98
3.6. Hambatan dan Tantangan dalam Implementasi Open Government Indonesia
Selama bergulir dari tahun 2011-2014, implementasi OGI menghadapi hambatan dan tantangan yang hampir sama dari tahun ke tahun. Berdasarkan penjelasan yang
telah dipaparkan pada Bab sebelumnya, hambatan dan tantangan tersebut terbagi menjadi beberapa kategori, yakni:
3.6.1. Hambatan Struktural
Masih ada beberapa Badan Publik dan Pemerintah Daerah yang belum memiliki PPID. Padahal menurut PP No. 65 tahun 2010, Pejabat Pengelola Informasi dan
Dokumentasi PPID harus didirikan di tiap instansi, baik pusat maupun daerah. Atau, walaupun sudah ada PPID namun masih banyak yang belum dilengkapi dengan
kelengkapan-kelengkapan khusus seperti SOP yang dituangkan dalam peraturan daerah, PPID Pembantu, jabatan struktural untuk aparat PPID, regulasi daerah yang
mengatur klasifikasi informasi yang terbuka dan yang dapat dikecualikan, dll. Selain itu juga seringkali kewenangan PPID belum jelas diatur. Padahal kewenangan PPID perlu
dipertegas mengingat besarnya peran institusi ini sebagai bagian terdepan dalam implementasi UU KIP pada setiap badan publik. Dengan adanya penguatan terhadap
kewenangan PPID yang bersifat internal, maka setiap badan publik dapat secara serius bertanggung jawab terhadap implementasi UU KIP.

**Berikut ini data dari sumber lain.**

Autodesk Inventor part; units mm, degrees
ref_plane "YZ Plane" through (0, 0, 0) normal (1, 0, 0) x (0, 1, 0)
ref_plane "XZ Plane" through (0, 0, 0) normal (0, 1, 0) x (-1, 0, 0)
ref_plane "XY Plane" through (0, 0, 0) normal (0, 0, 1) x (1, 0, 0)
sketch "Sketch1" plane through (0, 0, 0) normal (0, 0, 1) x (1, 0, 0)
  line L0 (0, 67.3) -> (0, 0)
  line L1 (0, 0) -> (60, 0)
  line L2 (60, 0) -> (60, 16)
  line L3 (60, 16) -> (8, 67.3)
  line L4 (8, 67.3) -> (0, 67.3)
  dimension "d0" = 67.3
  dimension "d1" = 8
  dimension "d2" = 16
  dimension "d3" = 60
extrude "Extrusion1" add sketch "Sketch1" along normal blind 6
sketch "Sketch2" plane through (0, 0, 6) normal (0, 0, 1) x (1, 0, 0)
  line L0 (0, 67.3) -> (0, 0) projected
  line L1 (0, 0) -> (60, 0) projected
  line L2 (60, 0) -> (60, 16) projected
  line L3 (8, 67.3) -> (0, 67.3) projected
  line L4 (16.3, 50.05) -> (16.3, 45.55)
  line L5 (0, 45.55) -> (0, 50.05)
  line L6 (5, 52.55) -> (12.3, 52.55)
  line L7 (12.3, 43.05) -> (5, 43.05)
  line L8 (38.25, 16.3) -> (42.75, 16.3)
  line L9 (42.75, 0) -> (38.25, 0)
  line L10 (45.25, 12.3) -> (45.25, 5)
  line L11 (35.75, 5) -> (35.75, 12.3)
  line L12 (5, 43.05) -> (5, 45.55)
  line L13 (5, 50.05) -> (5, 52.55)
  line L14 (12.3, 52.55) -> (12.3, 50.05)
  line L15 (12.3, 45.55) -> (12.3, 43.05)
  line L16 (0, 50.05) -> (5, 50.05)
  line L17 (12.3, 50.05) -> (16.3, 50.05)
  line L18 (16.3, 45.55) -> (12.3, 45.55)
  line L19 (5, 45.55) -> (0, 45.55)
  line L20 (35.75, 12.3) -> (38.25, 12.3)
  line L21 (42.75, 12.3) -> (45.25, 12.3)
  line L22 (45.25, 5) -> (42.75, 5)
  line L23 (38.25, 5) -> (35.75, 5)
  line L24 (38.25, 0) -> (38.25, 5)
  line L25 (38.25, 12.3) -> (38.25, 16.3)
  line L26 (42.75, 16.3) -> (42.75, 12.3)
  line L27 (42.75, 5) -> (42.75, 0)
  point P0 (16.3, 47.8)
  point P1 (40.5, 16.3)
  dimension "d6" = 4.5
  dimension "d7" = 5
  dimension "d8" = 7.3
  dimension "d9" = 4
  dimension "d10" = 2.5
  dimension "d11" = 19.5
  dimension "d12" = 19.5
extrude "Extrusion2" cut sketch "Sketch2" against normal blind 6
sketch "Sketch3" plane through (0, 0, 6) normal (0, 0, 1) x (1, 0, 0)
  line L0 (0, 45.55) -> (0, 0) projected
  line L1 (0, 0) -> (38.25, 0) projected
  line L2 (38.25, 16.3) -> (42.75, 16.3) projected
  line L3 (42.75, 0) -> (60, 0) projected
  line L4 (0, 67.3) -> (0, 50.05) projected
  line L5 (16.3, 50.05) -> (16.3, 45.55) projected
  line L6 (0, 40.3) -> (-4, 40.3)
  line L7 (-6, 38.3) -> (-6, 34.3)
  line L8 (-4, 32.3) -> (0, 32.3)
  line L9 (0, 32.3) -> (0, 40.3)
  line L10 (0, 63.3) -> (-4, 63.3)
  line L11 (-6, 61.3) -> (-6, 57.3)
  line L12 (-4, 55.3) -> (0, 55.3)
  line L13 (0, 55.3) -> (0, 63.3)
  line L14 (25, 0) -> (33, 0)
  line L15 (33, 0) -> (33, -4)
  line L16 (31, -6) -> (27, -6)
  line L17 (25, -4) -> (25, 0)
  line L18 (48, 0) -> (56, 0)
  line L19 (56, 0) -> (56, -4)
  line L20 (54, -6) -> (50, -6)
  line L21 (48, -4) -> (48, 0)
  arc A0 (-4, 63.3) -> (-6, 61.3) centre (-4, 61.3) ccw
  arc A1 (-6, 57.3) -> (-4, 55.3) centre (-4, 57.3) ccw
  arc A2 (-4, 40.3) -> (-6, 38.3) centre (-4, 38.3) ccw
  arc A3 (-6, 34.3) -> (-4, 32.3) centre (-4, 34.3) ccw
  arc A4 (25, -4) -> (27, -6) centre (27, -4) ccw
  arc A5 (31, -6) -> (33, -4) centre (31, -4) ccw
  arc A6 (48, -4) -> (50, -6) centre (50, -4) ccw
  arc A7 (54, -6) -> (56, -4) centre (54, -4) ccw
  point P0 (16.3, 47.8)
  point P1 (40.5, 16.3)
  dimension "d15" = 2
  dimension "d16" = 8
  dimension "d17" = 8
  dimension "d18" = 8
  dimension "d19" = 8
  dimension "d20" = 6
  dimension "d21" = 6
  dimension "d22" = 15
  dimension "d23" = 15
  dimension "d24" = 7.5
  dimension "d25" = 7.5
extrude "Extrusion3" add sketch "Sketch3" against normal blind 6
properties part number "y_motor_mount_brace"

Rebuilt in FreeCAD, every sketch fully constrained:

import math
import FreeCAD as App
import Part
import Sketcher

V = App.Vector


def add_polygon(sketch, points):
    """Adds a closed chain of lines whose ends are joined by coincident constraints."""
    first, n = sketch.GeometryCount, len(points)
    for a, b in zip(points, points[1:] + points[:1]):
        sketch.addGeometry(Part.LineSegment(App.Vector(*a, 0), App.Vector(*b, 0)), False)
    for i in range(n):
        sketch.addConstraint(Sketcher.Constraint("Coincident", first + i, 2, first + (i + 1) % n, 1))

doc = App.newDocument("Part")
body = doc.addObject("PartDesign::Body", "Body")

# Sketch on XY plane
sketch1 = body.newObject("Sketcher::SketchObject", "Sketch")
sketch1.AttachmentSupport = (doc.getObject("XY_Plane"), [""])
sketch1.MapMode = "FlatFace"
add_polygon(sketch1, [(8, 67.3), (0, 67.3), (0, 0), (60, 0), (60, 16)])  # lines 0-4
sketch1.addConstraint([
    Sketcher.Constraint("Horizontal", 0),
    Sketcher.Constraint("Vertical", 1),
    Sketcher.Constraint("Horizontal", 2),
    Sketcher.Constraint("Vertical", 3),
    Sketcher.Constraint("Coincident", 1, 2, -1, 1),
    Sketcher.Constraint("DistanceX", 0, 2, 0, 1, 8.0),
    Sketcher.Constraint("DistanceX", 2, 1, 2, 2, 60.0),
    Sketcher.Constraint("DistanceY", 3, 1, 3, 2, 16.0),
    Sketcher.Constraint("DistanceY", 1, 2, 1, 1, 67.3),
])
pad1 = body.newObject("PartDesign::Pad", "Pad")
pad1.Profile = sketch1
pad1.Length = 6

# Sketch on XY plane
sketch2 = body.newObject("Sketcher::SketchObject", "Sketch001")
sketch2.AttachmentSupport = (doc.getObject("XY_Plane"), [""])
sketch2.MapMode = "FlatFace"
sketch2.AttachmentOffset = App.Placement(V(0, 0, 6), App.Rotation())
add_polygon(sketch2, [(5, 50.05), (0, 50.05), (0, 45.55), (5, 45.55), (5, 43.05), (12.3, 43.05), (12.3, 45.55), (16.3, 45.55), (16.3, 50.05), (12.3, 50.05), (12.3, 52.55), (5, 52.55)])  # lines 0-11
add_polygon(sketch2, [(38.25, 5), (38.25, 0), (42.75, 0), (42.75, 5), (45.25, 5), (45.25, 12.3), (42.75, 12.3), (42.75, 16.3), (38.25, 16.3), (38.25, 12.3), (35.75, 12.3), (35.75, 5)])  # lines 12-23
sketch2.addConstraint([
    Sketcher.Constraint("Horizontal", 0),
    Sketcher.Constraint("Vertical", 1),
    Sketcher.Constraint("Horizontal", 2),
    Sketcher.Constraint("Vertical", 3),
    Sketcher.Constraint("Horizontal", 4),
    Sketcher.Constraint("Vertical", 5),
    Sketcher.Constraint("Horizontal", 6),
    Sketcher.Constraint("Vertical", 7),
    Sketcher.Constraint("Horizontal", 8),
    Sketcher.Constraint("Vertical", 9),
    Sketcher.Constraint("Horizontal", 10),
    Sketcher.Constraint("Vertical", 11),
    Sketcher.Constraint("Vertical", 12),
    Sketcher.Constraint("Horizontal", 13),
    Sketcher.Constraint("Vertical", 14),
    Sketcher.Constraint("Horizontal", 15),
    Sketcher.Constraint("Vertical", 16),
    Sketcher.Constraint("Horizontal", 17),
    Sketcher.Constraint("Vertical", 18),
    Sketcher.Constraint("Horizontal", 19),
    Sketcher.Constraint("Vertical", 20),
    Sketcher.Constraint("Horizontal", 21),
    Sketcher.Constraint("Vertical", 22),
    Sketcher.Constraint("Horizontal", 23),
    Sketcher.Constraint("PointOnObject", 0, 2, -2),
    Sketcher.Constraint("PointOnObject", 12, 2, -1),
    Sketcher.Constraint("Horizontal", 2, 2, 5, 2),
    Sketcher.Constraint("Horizontal", 0, 2, 7, 2),
    Sketcher.Constraint("Horizontal", 17, 2, 20, 2),
    Sketcher.Constraint("Horizontal", 15, 2, 22, 2),
    Sketcher.Constraint("Vertical", 5, 2, 8, 2),
    Sketcher.Constraint("Vertical", 3, 2, 10, 2),
    Sketcher.Constraint("Vertical", 14, 2, 17, 2),
    Sketcher.Constraint("Vertical", 12, 2, 19, 2),
    Sketcher.Constraint("Equal", 17, 21),
    Sketcher.Constraint("Equal", 19, 1),
    Sketcher.Constraint("Equal", 23, 3),
    Sketcher.Constraint("Equal", 5, 9),
    Sketcher.Constraint("Equal", 2, 12),
    Sketcher.Constraint("Equal", 10, 16),
    Sketcher.Constraint("Equal", 8, 18),
    Sketcher.Constraint("DistanceX", 0, 2, 0, 1, 5.0),
    Sketcher.Constraint("DistanceX", 6, 1, 6, 2, 4.0),
    Sketcher.Constraint("DistanceX", 4, 1, 4, 2, 7.3),
    Sketcher.Constraint("DistanceX", 13, 1, 13, 2, 4.5),
    Sketcher.Constraint("DistanceX", 15, 1, 15, 2, 2.5),
    Sketcher.Constraint("DistanceY", -1, 1, 0, 2, 50.05),
    Sketcher.Constraint("DistanceX", -1, 1, 12, 2, 38.25),
])
pocket1 = body.newObject("PartDesign::Pocket", "Pocket")
pocket1.Profile = sketch2
pocket1.Length = 6

# Sketch on XY plane
sketch3 = body.newObject("Sketcher::SketchObject", "Sketch002")
sketch3.AttachmentSupport = (doc.getObject("XY_Plane"), [""])
sketch3.MapMode = "FlatFace"
sketch3.AttachmentOffset = App.Placement(V(0, 0, 6), App.Rotation())
sketch3.addGeometry([
    Part.LineSegment(V(33, 0, 0), V(25, 0, 0)),  # 0
    Part.LineSegment(V(25, 0, 0), V(25, -4, 0)),  # 1
    Part.ArcOfCircle(Part.Circle(V(27, -4, 0), V(0, 0, 1), 2), math.radians(180), math.radians(270)),  # 2
    Part.LineSegment(V(27, -6, 0), V(31, -6, 0)),  # 3
    Part.ArcOfCircle(Part.Circle(V(31, -4, 0), V(0, 0, 1), 2), math.radians(-90), math.radians(0)),  # 4
    Part.LineSegment(V(33, -4, 0), V(33, 0, 0)),  # 5
    Part.LineSegment(V(0, 32.3, 0), V(0, 40.3, 0)),  # 6
    Part.LineSegment(V(0, 40.3, 0), V(-4, 40.3, 0)),  # 7
    Part.ArcOfCircle(Part.Circle(V(-4, 38.3, 0), V(0, 0, 1), 2), math.radians(90), math.radians(180)),  # 8
    Part.LineSegment(V(-6, 38.3, 0), V(-6, 34.3, 0)),  # 9
    Part.ArcOfCircle(Part.Circle(V(-4, 34.3, 0), V(0, 0, 1), 2), math.radians(180), math.radians(270)),  # 10
    Part.LineSegment(V(-4, 32.3, 0), V(0, 32.3, 0)),  # 11
    Part.LineSegment(V(56, 0, 0), V(48, 0, 0)),  # 12
    Part.LineSegment(V(48, 0, 0), V(48, -4, 0)),  # 13
    Part.ArcOfCircle(Part.Circle(V(50, -4, 0), V(0, 0, 1), 2), math.radians(180), math.radians(270)),  # 14
    Part.LineSegment(V(50, -6, 0), V(54, -6, 0)),  # 15
    Part.ArcOfCircle(Part.Circle(V(54, -4, 0), V(0, 0, 1), 2), math.radians(-90), math.radians(0)),  # 16
    Part.LineSegment(V(56, -4, 0), V(56, 0, 0)),  # 17
    Part.LineSegment(V(0, 55.3, 0), V(0, 63.3, 0)),  # 18
    Part.LineSegment(V(0, 63.3, 0), V(-4, 63.3, 0)),  # 19
    Part.ArcOfCircle(Part.Circle(V(-4, 61.3, 0), V(0, 0, 1), 2), math.radians(90), math.radians(180)),  # 20
    Part.LineSegment(V(-6, 61.3, 0), V(-6, 57.3, 0)),  # 21
    Part.ArcOfCircle(Part.Circle(V(-4, 57.3, 0), V(0, 0, 1), 2), math.radians(180), math.radians(270)),  # 22
    Part.LineSegment(V(-4, 55.3, 0), V(0, 55.3, 0)),  # 23
], False)
sketch3.addConstraint([
    Sketcher.Constraint("Coincident", 0, 2, 1, 1),
    Sketcher.Constraint("Tangent", 1, 2, 2, 1),
    Sketcher.Constraint("Tangent", 2, 2, 3, 1),
    Sketcher.Constraint("Tangent", 3, 2, 4, 1),
    Sketcher.Constraint("Tangent", 4, 2, 5, 1),
    Sketcher.Constraint("Coincident", 5, 2, 0, 1),
    Sketcher.Constraint("Coincident", 6, 2, 7, 1),
    Sketcher.Constraint("Tangent", 7, 2, 8, 1),
    Sketcher.Constraint("Tangent", 8, 2, 9, 1),
    Sketcher.Constraint("Tangent", 9, 2, 10, 1),
    Sketcher.Constraint("Tangent", 10, 2, 11, 1),
    Sketcher.Constraint("Coincident", 11, 2, 6, 1),
    Sketcher.Constraint("Coincident", 12, 2, 13, 1),
    Sketcher.Constraint("Tangent", 13, 2, 14, 1),
    Sketcher.Constraint("Tangent", 14, 2, 15, 1),
    Sketcher.Constraint("Tangent", 15, 2, 16, 1),
    Sketcher.Constraint("Tangent", 16, 2, 17, 1),
    Sketcher.Constraint("Coincident", 17, 2, 12, 1),
    Sketcher.Constraint("Coincident", 18, 2, 19, 1),
    Sketcher.Constraint("Tangent", 19, 2, 20, 1),
    Sketcher.Constraint("Tangent", 20, 2, 21, 1),
    Sketcher.Constraint("Tangent", 21, 2, 22, 1),
    Sketcher.Constraint("Tangent", 22, 2, 23, 1),
    Sketcher.Constraint("Coincident", 23, 2, 18, 1),
    Sketcher.Constraint("Horizontal", 0),
    Sketcher.Constraint("Vertical", 1),
    Sketcher.Constraint("Horizontal", 3),
    Sketcher.Constraint("Vertical", 5),
    Sketcher.Constraint("Vertical", 6),
    Sketcher.Constraint("Horizontal", 7),
    Sketcher.Constraint("Vertical", 9),
    Sketcher.Constraint("Horizontal", 11),
    Sketcher.Constraint("Horizontal", 12),
    Sketcher.Constraint("Vertical", 13),
    Sketcher.Constraint("Horizontal", 15),
    Sketcher.Constraint("Vertical", 17),
    Sketcher.Constraint("Vertical", 18),
    Sketcher.Constraint("Horizontal", 19),
    Sketcher.Constraint("Vertical", 21),
    Sketcher.Constraint("Horizontal", 23),
    Sketcher.Constraint("Equal", 2, 4),
    Sketcher.Constraint("Equal", 4, 8),
    Sketcher.Constraint("Equal", 8, 10),
    Sketcher.Constraint("Equal", 10, 14),
    Sketcher.Constraint("Equal", 14, 16),
    Sketcher.Constraint("Equal", 16, 20),
    Sketcher.Constraint("Equal", 20, 22),
    Sketcher.Constraint("PointOnObject", 0, 2, -1),
    Sketcher.Constraint("PointOnObject", 6, 2, -2),
    Sketcher.Constraint("PointOnObject", 12, 2, -1),
    Sketcher.Constraint("PointOnObject", 18, 2, -2),
    Sketcher.Constraint("Horizontal", 4, 3, 14, 3),
    Sketcher.Constraint("Vertical", 10, 3, 20, 3),
    Sketcher.Constraint("Equal", 3, 7),
    Sketcher.Constraint("Equal", 0, 12),
    Sketcher.Constraint("Equal", 23, 1),
    Sketcher.Constraint("Equal", 12, 6),
    Sketcher.Constraint("Equal", 6, 18),
    Sketcher.Constraint("Radius", 2, 2.0),
    Sketcher.Constraint("DistanceX", 0, 2, 0, 1, 8.0),
    Sketcher.Constraint("DistanceX", 5, 2, 12, 2, 15.0),
    Sketcher.Constraint("DistanceX", -1, 1, 2, 3, 27.0),
    Sketcher.Constraint("DistanceY", 8, 3, 20, 3, 23.0),
    Sketcher.Constraint("DistanceY", -1, 1, 8, 3, 38.3),
])
pad2 = body.newObject("PartDesign::Pad", "Pad001")
pad2.Profile = sketch3
pad2.Length = 6
pad2.Reversed = True

doc.recompute()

3.6.2. Hambatan Substansial
Keterbukaan informasi publik masih terbatas dalam kaidah formalitas, belum substansial. Berdasarkan hasil observasi baik di Pemerintah Pusat maupun daerah
sampel, implementasi KIP dijalankan hanya sebatas pemenuhan kewajiban, belum menjadi dorongan dan gerakan yang kuat untuk bertransformasi dan membuka diri
secara menyeluruh. Hal ini dibuktikan dengan kurangnya kemauan untuk membuka diri secara proaktif, tanpa diminta atau dimohon oleh masyarakat.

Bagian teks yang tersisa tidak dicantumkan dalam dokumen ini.